这封乱七八糟的信让埃米尔身边的人全惊了,米拉齐听得简直眼珠子都要掉出来,然而埃米尔本人却似乎非常开心,笑得直不起腰。

“别告诉我这就是您在摩苏尔交的法兰克朋友。”总管大人面色铁青表情严肃地对哈木宰说。

埃米尔却不理会他的非议,扶着额头咯咯笑个不停连声道,“信如其人信如其人。”等他乐得差不多了,终于拾掇起主人的威严,表扬了钦察人。

“你的波斯语不错,语言组织能力比不少母语者都强。”

钦察人不敢沾沾得意,依然深深埋着脑袋。

这个在奴隶市场里当添头送来的钦察人如今却比斯拉夫白奴更吸引哈木宰的注意,“你会阿拉伯语么?”
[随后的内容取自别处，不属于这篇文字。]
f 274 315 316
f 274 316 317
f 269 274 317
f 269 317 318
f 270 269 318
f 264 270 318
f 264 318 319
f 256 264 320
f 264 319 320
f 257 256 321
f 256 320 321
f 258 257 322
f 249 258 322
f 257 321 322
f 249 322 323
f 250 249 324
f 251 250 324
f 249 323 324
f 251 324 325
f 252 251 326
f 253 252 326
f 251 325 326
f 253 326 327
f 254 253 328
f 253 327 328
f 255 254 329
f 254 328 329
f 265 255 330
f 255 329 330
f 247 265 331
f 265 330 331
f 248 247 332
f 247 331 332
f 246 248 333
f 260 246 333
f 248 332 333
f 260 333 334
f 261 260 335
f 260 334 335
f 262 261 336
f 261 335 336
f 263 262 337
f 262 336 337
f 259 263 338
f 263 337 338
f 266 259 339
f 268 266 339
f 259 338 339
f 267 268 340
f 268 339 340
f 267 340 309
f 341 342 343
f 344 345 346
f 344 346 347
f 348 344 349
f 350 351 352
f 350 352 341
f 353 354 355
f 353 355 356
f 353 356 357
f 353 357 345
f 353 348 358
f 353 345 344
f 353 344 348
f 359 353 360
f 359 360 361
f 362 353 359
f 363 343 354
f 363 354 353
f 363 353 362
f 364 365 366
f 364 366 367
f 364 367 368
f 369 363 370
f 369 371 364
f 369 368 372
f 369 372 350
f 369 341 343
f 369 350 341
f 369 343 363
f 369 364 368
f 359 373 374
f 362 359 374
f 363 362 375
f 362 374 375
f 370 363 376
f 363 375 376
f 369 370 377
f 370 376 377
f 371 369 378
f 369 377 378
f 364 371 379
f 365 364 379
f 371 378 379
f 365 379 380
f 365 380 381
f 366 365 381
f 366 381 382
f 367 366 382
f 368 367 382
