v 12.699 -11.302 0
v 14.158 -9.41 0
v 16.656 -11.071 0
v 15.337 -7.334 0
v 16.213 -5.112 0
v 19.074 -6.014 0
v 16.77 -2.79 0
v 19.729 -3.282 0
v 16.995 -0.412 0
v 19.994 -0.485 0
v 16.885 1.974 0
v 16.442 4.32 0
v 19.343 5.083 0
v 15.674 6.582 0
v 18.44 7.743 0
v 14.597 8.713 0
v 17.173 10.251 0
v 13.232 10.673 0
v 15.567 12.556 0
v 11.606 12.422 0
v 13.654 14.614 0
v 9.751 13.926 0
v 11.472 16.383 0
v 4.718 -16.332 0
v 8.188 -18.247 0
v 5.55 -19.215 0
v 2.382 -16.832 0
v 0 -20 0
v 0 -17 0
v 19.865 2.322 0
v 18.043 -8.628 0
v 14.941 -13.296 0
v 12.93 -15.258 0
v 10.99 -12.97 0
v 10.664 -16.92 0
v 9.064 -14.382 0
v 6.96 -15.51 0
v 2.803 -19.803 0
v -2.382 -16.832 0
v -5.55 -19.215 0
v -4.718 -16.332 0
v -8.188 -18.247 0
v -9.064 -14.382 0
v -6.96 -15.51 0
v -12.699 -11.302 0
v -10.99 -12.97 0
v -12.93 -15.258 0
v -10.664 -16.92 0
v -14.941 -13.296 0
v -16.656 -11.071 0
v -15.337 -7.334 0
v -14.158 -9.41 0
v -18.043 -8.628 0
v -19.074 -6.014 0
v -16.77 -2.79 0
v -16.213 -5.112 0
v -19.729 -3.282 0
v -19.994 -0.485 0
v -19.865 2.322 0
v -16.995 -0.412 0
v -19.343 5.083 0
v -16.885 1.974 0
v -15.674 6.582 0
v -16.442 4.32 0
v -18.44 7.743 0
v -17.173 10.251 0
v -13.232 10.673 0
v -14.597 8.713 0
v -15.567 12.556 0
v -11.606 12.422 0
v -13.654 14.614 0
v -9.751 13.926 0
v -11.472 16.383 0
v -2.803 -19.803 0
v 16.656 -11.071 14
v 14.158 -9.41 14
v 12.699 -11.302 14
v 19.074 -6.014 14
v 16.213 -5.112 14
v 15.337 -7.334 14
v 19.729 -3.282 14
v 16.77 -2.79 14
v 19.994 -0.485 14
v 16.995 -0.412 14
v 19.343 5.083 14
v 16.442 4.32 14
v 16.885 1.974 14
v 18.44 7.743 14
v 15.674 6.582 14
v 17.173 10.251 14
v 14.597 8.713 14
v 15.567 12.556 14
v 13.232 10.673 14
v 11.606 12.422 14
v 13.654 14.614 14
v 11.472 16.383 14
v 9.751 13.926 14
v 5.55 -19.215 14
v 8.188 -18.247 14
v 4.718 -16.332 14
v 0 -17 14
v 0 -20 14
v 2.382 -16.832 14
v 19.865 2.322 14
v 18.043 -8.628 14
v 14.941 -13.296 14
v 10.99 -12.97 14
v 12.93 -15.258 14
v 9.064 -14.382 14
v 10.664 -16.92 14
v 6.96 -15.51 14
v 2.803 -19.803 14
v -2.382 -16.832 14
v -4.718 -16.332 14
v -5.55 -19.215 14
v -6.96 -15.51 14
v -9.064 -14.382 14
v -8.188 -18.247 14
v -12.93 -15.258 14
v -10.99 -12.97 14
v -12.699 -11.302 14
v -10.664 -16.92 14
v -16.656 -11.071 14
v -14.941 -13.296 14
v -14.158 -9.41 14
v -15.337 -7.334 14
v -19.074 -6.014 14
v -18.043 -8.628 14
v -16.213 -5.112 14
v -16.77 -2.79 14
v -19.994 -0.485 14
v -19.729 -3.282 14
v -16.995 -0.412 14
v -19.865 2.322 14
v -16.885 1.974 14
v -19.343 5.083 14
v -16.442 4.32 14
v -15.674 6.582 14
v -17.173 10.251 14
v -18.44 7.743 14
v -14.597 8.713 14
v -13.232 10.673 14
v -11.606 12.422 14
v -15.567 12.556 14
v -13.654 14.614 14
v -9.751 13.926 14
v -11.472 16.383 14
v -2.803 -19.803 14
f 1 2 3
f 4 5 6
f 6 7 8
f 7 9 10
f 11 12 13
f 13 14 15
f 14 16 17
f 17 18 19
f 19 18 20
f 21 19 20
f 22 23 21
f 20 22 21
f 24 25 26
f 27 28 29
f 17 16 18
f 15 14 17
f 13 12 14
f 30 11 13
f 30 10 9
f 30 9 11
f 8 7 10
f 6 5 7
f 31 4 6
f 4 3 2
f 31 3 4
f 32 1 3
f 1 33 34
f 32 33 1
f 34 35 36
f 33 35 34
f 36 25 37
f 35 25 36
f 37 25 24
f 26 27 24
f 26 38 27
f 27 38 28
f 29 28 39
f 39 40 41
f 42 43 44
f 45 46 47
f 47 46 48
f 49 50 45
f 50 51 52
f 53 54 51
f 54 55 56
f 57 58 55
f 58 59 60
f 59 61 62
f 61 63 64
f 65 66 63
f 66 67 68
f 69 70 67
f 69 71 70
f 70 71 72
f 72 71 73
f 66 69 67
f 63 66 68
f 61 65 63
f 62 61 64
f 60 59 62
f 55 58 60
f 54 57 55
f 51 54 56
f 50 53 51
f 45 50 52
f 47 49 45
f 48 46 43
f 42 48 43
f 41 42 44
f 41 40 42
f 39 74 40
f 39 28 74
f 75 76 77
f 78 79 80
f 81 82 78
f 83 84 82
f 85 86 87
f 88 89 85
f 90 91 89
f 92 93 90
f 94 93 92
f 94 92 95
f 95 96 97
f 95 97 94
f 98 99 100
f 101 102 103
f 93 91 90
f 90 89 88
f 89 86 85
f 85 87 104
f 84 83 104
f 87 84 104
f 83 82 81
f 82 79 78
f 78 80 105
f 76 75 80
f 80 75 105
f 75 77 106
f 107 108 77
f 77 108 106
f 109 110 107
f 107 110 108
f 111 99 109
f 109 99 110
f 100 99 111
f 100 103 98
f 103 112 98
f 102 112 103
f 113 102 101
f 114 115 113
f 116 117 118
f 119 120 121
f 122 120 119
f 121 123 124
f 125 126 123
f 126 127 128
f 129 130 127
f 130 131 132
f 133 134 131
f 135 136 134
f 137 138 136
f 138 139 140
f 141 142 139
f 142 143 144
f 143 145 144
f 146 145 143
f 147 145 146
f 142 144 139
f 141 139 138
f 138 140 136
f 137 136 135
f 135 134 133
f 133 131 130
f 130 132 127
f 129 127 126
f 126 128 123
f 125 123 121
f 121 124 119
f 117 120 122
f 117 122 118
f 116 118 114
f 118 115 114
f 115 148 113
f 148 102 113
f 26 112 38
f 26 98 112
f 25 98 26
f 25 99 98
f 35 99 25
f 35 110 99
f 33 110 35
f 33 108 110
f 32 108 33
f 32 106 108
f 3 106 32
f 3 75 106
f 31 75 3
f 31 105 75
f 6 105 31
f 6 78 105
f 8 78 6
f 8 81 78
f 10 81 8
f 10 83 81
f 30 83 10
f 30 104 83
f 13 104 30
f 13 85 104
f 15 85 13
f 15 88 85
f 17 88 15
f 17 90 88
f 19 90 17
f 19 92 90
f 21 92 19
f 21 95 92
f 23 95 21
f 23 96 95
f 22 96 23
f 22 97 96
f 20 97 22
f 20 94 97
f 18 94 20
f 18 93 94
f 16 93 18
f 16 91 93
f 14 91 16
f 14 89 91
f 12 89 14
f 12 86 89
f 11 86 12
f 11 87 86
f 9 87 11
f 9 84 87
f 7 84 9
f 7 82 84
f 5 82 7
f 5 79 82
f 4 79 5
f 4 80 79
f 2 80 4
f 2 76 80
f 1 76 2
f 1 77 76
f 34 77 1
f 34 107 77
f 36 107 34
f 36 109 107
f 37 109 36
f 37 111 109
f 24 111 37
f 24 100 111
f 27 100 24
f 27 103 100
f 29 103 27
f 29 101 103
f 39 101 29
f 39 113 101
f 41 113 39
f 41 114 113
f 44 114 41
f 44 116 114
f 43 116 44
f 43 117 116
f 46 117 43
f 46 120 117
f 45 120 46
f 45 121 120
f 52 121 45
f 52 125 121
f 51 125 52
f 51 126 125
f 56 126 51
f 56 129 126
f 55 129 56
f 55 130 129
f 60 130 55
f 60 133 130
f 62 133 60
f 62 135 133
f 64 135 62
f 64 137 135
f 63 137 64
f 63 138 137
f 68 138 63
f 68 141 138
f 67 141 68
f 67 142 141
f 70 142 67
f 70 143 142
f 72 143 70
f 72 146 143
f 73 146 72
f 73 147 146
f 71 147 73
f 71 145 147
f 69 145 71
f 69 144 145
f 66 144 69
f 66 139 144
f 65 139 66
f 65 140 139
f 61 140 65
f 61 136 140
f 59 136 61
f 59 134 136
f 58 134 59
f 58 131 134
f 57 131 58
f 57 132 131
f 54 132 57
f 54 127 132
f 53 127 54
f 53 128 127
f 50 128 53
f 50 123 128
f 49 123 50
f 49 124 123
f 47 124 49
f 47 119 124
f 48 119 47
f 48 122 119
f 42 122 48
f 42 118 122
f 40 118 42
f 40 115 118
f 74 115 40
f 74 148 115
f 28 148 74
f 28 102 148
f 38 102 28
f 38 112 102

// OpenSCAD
$fn = 32;

// ----------------------------------------------------------------------
// Spring clip: 40 mm outside, 3 mm band, 70 degree opening
// ----------------------------------------------------------------------

// --- parameters (mm) ---
outer_r = 20;             // clip outside radius
inner_r = 17;             // clip bore radius
band = 3;                 // band thickness
clip_w = 14;              // clip width
opening = 70;             // opening angle

clip_profile = [[-11.472, 16.383], [-13.654, 14.614], [-15.567, 12.556], [-17.173, 10.251], [-18.44, 7.743], [-19.343, 5.083], [-19.865, 2.322], [-19.994, -0.485], [-19.729, -3.282], [-19.074, -6.014], [-18.043, -8.628], [-16.656, -11.071], [-14.941, -13.296], [-12.93, -15.258], [-10.664, -16.92], [-8.188, -18.247], [-5.55, -19.215], [-2.803, -19.803], [0, -20], [2.803, -19.803], [5.55, -19.215], [8.188, -18.247], [10.664, -16.92], [12.93, -15.258], [14.941, -13.296], [16.656, -11.071], [18.043, -8.628], [19.074, -6.014], [19.729, -3.282], [19.994, -0.485], [19.865, 2.322], [19.343, 5.083], [18.44, 7.743], [17.173, 10.251], [15.567, 12.556], [13.654, 14.614], [11.472, 16.383], [9.751, 13.926], [11.606, 12.422], [13.232, 10.673], [14.597, 8.713], [15.674, 6.582], [16.442, 4.32], [16.885, 1.974], [16.995, -0.412], [16.77, -2.79], [16.213, -5.112], [15.337, -7.334], [14.158, -9.41], [12.699, -11.302], [10.99, -12.97], [9.064, -14.382], [6.96, -15.51], [4.718, -16.332], [2.382, -16.832], [0, -17], [-2.382, -16.832], [-4.718, -16.332], [-6.96, -15.51], [-9.064, -14.382], [-10.99, -12.97], [-12.699, -11.302], [-14.158, -9.41], [-15.337, -7.334], [-16.213, -5.112], [-16.77, -2.79], [-16.995, -0.412], [-16.885, 1.974], [-16.442, 4.32], [-15.674, 6.582], [-14.597, 8.713], [-13.232, 10.673], [-11.606, 12.422], [-9.751, 13.926]];

difference() {
  union() {
    linear_extrude(height = clip_w) polygon(clip_profile);
  }
}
钦察人老实回答自己对阿拉伯语一窍不通,哈木宰微微一笑,用阿拉伯语对米拉齐开了个玩笑,感叹那么聪明的家伙居然没读过古兰经。

米拉齐在花剌子模服务过贝伊,又在小亚细亚当过突厥王公的内臣,如今又为阿拔斯的埃米尔效力,实际上本人却并非阿拉伯裔,不过他很识时务,知道要服务什么样的主人就必须无条件懂得对方的文化习俗,所以早已改宗作了穆斯林。但就像他过去的主人们一样,这些异教皈依者的信仰并不虔诚。在法兰克人的印象里,穆斯林虽然信奉异教却异常虔诚,但事实上这也属于距离产生美的一种错觉。即便在阿拉伯人的世界里,老格克伯里那样的狂信徒也是少数,大部分贵族同他们西方的同侪一样耽于享乐,这点从西方到东方可说是天下大同。作为哈里发直系血亲的哈木宰在同龄人中还算是比较自律,因而米拉齐总管虽不虔信,在年轻的埃米尔面前还是表现得很像个虔信者。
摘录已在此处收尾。